(Collected data entries)
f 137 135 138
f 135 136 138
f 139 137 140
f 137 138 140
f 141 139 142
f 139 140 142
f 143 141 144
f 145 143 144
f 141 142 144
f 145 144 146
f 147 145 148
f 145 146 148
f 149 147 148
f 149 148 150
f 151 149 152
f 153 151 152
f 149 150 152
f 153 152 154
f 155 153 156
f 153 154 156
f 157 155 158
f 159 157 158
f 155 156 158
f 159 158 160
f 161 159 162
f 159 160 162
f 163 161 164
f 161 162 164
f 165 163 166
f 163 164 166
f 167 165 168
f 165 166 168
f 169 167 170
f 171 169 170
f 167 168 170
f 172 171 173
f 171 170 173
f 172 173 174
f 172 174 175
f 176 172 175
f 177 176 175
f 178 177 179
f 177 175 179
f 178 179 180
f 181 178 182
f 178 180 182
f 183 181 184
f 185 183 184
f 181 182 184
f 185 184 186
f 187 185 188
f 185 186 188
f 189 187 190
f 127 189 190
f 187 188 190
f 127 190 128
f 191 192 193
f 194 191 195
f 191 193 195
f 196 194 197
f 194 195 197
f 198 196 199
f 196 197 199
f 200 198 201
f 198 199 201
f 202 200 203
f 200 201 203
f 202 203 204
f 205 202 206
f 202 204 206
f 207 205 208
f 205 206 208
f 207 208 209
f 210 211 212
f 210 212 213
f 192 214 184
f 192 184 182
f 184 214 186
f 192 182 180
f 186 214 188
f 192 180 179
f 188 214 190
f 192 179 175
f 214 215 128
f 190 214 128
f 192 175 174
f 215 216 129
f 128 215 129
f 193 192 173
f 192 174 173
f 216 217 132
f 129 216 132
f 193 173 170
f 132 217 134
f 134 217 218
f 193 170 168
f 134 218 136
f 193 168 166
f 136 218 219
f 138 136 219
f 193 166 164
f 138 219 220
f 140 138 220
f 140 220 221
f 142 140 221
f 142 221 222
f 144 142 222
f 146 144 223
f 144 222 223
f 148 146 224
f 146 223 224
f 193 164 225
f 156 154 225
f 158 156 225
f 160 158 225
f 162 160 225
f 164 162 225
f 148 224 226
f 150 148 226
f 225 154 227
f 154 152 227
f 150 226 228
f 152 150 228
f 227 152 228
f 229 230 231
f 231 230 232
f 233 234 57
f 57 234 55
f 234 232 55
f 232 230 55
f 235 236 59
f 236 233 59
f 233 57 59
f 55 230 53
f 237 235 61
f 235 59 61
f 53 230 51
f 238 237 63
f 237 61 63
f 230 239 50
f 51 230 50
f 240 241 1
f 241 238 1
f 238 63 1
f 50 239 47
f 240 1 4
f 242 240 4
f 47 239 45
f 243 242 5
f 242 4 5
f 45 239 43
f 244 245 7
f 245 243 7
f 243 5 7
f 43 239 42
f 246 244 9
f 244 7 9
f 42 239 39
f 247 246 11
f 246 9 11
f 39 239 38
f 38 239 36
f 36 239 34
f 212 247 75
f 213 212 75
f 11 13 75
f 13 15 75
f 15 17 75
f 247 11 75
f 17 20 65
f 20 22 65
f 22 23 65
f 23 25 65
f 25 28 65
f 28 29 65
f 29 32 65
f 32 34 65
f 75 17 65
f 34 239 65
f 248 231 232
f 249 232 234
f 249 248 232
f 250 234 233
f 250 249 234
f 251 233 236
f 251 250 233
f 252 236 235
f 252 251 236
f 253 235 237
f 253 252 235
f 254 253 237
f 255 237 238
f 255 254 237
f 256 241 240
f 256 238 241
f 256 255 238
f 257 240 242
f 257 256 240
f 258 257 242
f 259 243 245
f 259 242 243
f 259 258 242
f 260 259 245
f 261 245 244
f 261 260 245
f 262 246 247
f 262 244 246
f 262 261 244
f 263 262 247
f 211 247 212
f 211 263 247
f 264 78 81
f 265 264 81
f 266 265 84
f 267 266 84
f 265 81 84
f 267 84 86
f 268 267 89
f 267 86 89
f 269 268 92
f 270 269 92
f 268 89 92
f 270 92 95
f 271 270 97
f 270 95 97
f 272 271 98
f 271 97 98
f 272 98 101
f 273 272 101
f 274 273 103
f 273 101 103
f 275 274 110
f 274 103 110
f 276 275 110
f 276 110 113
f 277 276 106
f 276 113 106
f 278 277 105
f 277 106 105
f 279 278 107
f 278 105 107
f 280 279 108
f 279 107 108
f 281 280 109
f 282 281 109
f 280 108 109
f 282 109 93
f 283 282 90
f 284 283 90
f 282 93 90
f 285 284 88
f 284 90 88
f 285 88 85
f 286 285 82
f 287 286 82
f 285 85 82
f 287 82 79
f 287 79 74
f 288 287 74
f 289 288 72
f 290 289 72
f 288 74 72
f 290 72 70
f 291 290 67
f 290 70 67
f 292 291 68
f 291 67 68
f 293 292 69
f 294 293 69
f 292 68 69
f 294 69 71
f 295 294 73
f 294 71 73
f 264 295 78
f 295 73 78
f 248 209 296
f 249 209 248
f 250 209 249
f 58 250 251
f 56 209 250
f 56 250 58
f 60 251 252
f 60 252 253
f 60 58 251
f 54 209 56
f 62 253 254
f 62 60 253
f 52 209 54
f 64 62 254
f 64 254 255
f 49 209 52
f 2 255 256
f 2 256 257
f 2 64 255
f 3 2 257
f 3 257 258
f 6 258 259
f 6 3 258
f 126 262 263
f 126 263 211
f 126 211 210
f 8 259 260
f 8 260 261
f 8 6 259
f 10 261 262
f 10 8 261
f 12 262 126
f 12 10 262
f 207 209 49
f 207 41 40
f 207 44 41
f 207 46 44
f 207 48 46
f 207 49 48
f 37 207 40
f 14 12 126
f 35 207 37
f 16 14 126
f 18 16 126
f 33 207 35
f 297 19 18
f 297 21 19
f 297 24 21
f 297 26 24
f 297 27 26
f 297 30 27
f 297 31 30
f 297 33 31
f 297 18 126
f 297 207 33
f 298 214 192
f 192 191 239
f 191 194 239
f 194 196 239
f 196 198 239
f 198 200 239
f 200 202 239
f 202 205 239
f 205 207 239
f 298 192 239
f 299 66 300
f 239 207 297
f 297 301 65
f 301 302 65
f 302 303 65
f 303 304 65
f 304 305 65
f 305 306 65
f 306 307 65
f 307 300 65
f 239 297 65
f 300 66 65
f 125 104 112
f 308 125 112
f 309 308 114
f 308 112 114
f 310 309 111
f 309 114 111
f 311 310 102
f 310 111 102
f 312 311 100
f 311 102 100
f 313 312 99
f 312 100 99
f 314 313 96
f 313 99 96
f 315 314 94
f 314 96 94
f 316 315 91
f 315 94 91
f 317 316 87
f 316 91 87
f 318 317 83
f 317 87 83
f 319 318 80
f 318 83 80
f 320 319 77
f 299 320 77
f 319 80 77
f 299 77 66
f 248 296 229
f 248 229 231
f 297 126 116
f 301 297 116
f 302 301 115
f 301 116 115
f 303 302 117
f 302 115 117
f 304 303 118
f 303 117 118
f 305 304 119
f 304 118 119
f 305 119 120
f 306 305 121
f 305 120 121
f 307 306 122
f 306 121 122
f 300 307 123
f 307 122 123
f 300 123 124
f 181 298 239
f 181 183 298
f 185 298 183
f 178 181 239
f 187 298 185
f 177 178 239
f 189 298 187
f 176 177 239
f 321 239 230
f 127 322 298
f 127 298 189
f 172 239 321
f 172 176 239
---
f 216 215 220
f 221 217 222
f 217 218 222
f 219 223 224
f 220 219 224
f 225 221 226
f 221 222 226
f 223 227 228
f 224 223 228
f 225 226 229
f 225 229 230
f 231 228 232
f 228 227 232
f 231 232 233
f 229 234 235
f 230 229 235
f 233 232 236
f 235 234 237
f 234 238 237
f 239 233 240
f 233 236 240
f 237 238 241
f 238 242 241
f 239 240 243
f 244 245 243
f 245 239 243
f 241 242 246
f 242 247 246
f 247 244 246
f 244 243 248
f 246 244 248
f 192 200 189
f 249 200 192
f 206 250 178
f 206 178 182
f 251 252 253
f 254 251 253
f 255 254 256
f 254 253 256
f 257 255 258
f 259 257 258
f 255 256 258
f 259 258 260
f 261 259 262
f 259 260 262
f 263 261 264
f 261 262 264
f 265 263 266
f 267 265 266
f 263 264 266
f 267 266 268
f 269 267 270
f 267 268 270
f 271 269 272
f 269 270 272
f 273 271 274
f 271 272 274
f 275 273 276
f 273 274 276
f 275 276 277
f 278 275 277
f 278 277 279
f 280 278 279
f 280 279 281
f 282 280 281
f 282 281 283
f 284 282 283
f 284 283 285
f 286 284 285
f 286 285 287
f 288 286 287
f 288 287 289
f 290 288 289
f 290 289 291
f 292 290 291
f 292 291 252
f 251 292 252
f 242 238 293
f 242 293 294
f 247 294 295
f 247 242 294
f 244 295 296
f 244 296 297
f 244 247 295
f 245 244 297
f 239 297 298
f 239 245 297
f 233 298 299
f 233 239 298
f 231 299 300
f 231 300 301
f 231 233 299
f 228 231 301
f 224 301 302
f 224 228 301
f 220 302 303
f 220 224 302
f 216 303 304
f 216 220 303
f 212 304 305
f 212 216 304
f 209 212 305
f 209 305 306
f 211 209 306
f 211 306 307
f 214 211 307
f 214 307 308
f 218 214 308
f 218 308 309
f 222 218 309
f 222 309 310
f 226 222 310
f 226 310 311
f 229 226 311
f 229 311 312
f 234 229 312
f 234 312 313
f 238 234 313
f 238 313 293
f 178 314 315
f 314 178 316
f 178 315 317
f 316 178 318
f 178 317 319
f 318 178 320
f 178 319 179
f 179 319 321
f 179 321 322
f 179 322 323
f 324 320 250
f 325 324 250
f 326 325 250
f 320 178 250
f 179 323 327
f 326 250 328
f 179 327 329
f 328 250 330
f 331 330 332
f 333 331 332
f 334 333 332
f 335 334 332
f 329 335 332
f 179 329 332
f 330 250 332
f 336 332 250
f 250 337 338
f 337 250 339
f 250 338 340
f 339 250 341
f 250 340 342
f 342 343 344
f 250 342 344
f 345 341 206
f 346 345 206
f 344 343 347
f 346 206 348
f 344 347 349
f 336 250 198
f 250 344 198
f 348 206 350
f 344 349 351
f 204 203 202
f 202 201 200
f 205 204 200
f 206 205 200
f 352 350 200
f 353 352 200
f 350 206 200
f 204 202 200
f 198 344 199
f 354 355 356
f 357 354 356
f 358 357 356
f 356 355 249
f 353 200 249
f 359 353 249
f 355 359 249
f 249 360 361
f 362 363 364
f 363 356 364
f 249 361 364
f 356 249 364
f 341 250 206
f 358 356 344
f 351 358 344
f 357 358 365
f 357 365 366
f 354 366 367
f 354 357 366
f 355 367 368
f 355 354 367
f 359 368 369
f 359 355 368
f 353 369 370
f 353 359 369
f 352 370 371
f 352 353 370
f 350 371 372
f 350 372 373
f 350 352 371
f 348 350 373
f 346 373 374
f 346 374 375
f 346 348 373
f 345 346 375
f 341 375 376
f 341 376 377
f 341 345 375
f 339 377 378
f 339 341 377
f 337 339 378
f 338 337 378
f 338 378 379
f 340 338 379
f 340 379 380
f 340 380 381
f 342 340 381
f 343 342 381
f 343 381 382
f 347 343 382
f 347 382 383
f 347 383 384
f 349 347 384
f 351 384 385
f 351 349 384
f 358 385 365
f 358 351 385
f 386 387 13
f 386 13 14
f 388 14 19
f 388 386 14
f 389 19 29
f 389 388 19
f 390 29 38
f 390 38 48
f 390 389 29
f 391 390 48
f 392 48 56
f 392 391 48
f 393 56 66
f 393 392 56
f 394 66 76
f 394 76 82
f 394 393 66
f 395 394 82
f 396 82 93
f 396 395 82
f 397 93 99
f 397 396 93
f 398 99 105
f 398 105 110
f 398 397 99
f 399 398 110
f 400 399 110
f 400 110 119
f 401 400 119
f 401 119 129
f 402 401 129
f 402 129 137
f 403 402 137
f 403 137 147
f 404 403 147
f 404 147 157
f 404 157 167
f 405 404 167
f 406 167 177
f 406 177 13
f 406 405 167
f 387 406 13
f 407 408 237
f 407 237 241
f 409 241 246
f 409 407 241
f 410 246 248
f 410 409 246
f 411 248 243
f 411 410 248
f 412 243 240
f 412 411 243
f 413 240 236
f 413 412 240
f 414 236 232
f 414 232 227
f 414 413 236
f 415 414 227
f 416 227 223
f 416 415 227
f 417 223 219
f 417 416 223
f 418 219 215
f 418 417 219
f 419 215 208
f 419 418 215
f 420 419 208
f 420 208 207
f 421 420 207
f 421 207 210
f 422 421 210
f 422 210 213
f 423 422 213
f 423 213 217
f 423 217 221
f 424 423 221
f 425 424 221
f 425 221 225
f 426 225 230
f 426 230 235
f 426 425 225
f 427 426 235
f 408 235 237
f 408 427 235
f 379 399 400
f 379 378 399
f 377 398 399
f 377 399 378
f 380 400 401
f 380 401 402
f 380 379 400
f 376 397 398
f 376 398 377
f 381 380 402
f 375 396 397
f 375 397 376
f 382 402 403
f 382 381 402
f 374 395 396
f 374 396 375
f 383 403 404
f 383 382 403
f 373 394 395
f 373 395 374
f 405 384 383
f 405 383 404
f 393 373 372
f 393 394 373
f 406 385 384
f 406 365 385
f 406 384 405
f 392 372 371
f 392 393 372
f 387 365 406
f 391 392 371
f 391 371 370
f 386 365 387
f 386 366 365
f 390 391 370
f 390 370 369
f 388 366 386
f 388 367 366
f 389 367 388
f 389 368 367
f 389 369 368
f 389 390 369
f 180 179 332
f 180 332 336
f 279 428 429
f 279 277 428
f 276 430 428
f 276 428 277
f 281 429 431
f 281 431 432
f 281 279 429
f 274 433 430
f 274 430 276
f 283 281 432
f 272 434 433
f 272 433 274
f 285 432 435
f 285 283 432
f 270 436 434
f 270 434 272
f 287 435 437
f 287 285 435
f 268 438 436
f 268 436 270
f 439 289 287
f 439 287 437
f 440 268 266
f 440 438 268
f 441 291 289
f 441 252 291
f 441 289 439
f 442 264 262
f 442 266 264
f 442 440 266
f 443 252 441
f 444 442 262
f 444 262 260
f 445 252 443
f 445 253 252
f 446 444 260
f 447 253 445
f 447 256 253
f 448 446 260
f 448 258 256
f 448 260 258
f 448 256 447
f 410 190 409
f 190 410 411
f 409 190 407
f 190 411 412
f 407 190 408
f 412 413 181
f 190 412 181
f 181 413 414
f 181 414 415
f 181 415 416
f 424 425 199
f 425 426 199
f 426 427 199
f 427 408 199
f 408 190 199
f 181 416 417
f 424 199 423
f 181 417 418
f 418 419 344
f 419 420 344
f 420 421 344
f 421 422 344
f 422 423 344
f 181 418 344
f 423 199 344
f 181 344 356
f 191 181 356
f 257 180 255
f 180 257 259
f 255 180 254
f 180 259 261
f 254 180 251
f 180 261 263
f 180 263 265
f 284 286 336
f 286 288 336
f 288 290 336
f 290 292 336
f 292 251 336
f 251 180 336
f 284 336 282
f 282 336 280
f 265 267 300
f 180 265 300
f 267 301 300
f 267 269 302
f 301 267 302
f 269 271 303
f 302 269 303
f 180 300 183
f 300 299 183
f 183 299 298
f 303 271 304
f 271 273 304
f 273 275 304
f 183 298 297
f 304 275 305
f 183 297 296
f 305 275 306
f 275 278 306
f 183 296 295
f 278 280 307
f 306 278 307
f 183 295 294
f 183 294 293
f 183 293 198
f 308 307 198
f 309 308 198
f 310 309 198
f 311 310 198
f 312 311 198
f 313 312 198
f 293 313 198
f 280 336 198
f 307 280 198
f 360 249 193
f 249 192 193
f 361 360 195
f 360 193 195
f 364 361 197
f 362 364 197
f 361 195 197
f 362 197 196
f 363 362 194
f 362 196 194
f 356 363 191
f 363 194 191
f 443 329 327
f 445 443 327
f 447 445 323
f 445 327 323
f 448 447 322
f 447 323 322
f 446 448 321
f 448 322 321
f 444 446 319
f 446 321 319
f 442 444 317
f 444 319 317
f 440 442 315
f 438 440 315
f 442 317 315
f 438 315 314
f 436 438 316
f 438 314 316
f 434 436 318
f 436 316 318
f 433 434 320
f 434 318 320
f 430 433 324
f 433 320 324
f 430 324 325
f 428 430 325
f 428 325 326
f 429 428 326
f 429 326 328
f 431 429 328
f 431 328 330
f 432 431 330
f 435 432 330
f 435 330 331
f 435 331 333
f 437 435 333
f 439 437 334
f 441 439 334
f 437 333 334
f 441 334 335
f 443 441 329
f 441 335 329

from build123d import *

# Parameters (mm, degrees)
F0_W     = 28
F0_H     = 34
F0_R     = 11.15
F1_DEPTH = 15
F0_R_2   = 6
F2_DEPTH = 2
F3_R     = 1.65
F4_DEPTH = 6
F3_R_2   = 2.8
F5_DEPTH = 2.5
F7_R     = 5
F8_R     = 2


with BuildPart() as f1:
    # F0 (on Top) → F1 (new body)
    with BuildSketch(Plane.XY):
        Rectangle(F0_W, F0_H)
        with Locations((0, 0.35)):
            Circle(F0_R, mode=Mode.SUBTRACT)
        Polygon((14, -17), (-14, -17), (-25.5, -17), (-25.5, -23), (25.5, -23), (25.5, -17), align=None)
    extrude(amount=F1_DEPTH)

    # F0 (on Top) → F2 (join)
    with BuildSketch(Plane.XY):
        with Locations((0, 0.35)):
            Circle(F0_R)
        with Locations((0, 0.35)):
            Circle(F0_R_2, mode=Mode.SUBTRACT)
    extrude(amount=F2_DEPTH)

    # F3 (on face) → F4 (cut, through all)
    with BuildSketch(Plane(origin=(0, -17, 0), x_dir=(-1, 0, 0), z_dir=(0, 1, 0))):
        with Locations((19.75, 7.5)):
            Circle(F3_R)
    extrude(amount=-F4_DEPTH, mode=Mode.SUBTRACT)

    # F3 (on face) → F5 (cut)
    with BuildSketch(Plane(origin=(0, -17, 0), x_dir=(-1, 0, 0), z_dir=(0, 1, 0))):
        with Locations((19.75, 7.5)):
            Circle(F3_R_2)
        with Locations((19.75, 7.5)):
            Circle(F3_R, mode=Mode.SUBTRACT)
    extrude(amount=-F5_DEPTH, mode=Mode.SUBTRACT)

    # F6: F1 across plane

__EXERCISE DESCRIPTION__:
Output the lines of the records above exactly as they appear, from the line containing "f 389 19 29" through the line containing "f 417 223 219".

__FINISHED EXERCISE__:
f 389 19 29
f 389 388 19
f 390 29 38
f 390 38 48
f 390 389 29
f 391 390 48
f 392 48 56
f 392 391 48
f 393 56 66
f 393 392 56
f 394 66 76
f 394 76 82
f 394 393 66
f 395 394 82
f 396 82 93
f 396 395 82
f 397 93 99
f 397 396 93
f 398 99 105
f 398 105 110
f 398 397 99
f 399 398 110
f 400 399 110
f 400 110 119
f 401 400 119
f 401 119 129
f 402 401 129
f 402 129 137
f 403 402 137
f 403 137 147
f 404 403 147
f 404 147 157
f 404 157 167
f 405 404 167
f 406 167 177
f 406 177 13
f 406 405 167
f 387 406 13
f 407 408 237
f 407 237 241
f 409 241 246
f 409 407 241
f 410 246 248
f 410 409 246
f 411 248 243
f 411 410 248
f 412 243 240
f 412 411 243
f 413 240 236
f 413 412 240
f 414 236 232
f 414 232 227
f 414 413 236
f 415 414 227
f 416 227 223
f 416 415 227
f 417 223 219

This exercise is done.